# UML Diagramm



## GhostfaceChilla (8. Dez 2013)

Hallo Leute 

Hab mir jetzt mal MoDisco und Papyrus heruntergeladen. So nun wollte ich aus meinen Klassen (in Code), ein UML Diagramm erstellen lassen. Nun habe ich mit MoDisco es schon hinbekommen das ich eine UML Datei habe, diese jedoch beinhaltet keine Diagramme, was normal sein soll. Nun habe ich gelesen ich müsste die UML Datei in Papyrus importieren, dann würde ich das Diagramm sehen.
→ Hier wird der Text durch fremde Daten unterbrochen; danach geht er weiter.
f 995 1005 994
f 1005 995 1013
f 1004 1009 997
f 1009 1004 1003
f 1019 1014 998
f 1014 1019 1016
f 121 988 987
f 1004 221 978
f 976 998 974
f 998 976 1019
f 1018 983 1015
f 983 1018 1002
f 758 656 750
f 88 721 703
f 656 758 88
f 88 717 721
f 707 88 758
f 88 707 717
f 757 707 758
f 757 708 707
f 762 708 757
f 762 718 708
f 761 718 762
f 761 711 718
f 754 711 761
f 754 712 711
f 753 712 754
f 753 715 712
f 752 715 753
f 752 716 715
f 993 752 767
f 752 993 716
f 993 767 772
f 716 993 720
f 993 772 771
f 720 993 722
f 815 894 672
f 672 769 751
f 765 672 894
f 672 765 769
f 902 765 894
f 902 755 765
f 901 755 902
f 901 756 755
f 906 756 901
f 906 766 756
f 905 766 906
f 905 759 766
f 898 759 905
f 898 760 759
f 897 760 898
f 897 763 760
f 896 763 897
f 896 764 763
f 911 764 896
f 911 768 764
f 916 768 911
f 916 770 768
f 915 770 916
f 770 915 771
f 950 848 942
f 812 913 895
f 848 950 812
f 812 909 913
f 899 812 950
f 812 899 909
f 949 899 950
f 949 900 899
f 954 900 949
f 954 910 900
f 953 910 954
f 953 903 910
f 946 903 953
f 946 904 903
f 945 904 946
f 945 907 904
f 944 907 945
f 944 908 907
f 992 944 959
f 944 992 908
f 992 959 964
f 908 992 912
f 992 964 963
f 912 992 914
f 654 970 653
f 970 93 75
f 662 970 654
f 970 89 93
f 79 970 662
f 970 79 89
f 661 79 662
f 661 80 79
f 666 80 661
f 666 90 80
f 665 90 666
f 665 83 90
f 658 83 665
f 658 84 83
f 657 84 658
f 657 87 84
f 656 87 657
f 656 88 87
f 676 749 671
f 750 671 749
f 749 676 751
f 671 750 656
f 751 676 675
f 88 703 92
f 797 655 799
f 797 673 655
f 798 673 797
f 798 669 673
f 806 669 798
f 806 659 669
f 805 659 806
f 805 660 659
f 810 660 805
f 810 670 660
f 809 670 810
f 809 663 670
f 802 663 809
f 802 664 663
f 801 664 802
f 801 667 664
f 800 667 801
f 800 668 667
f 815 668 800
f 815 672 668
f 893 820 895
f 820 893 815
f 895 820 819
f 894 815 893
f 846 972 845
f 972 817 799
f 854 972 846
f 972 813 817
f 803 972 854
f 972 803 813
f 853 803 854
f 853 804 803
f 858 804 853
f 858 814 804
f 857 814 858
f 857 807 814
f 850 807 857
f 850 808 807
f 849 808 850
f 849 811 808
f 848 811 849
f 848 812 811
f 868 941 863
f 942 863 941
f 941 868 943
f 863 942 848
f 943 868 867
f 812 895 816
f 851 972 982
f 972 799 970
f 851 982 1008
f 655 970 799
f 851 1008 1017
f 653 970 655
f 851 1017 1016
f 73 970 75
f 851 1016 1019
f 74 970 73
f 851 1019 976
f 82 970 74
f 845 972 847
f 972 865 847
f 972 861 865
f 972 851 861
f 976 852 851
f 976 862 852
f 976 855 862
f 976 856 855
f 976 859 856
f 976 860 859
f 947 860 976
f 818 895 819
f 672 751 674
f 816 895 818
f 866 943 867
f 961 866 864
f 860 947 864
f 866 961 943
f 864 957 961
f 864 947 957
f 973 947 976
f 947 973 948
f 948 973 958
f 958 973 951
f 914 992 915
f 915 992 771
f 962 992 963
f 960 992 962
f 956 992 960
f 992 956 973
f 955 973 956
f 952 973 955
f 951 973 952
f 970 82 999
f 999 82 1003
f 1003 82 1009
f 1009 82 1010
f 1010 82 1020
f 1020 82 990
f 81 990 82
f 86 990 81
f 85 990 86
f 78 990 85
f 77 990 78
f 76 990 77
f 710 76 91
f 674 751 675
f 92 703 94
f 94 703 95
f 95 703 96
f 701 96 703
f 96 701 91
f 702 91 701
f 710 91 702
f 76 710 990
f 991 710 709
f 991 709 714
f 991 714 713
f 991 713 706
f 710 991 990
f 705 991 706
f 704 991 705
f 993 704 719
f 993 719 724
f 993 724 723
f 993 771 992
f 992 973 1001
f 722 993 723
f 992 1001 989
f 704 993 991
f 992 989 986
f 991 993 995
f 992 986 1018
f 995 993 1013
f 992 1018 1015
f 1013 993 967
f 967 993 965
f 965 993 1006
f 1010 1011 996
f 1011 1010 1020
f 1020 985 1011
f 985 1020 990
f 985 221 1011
So nur wie importiere ich das in Papyrus?Habe überall gelesen, man sollte einfach rechtsklick neues File, PapyrusModel etc. dann kreiert es aus der vorgegebenen UML Datei ein Model.Tja gesagt, getan und man siehe da: NICHTS! 
Es funktioniert nicht habe schon zig tausend Googleeinträge verfolgt aber nichts rausgefunden, könnt ihr mir vielleicht helfen?Oder auch ein anderes Tool nennen mit dme man dieses "Reverse Engeneering" umsetzten kann?
Vielen Dank shconmal 

-GhostfaceChilla-


----------



## wolfgang63 (21. Dez 2013)

Ich suche auch schon länger nach einem funktionierenden UML-plugin.
Ist überall das gleiche, die kostenlosen Programme funktionieren nur zu 50%.
Ich habe ArgoEclipse installiert. Macht anfangs einen guten Eindruck.
Leider ist mir schon ein paar mal jede Menge Arbeit verloren gegangen weil die Speicherung nicht mehr funktionierte.
;(


----------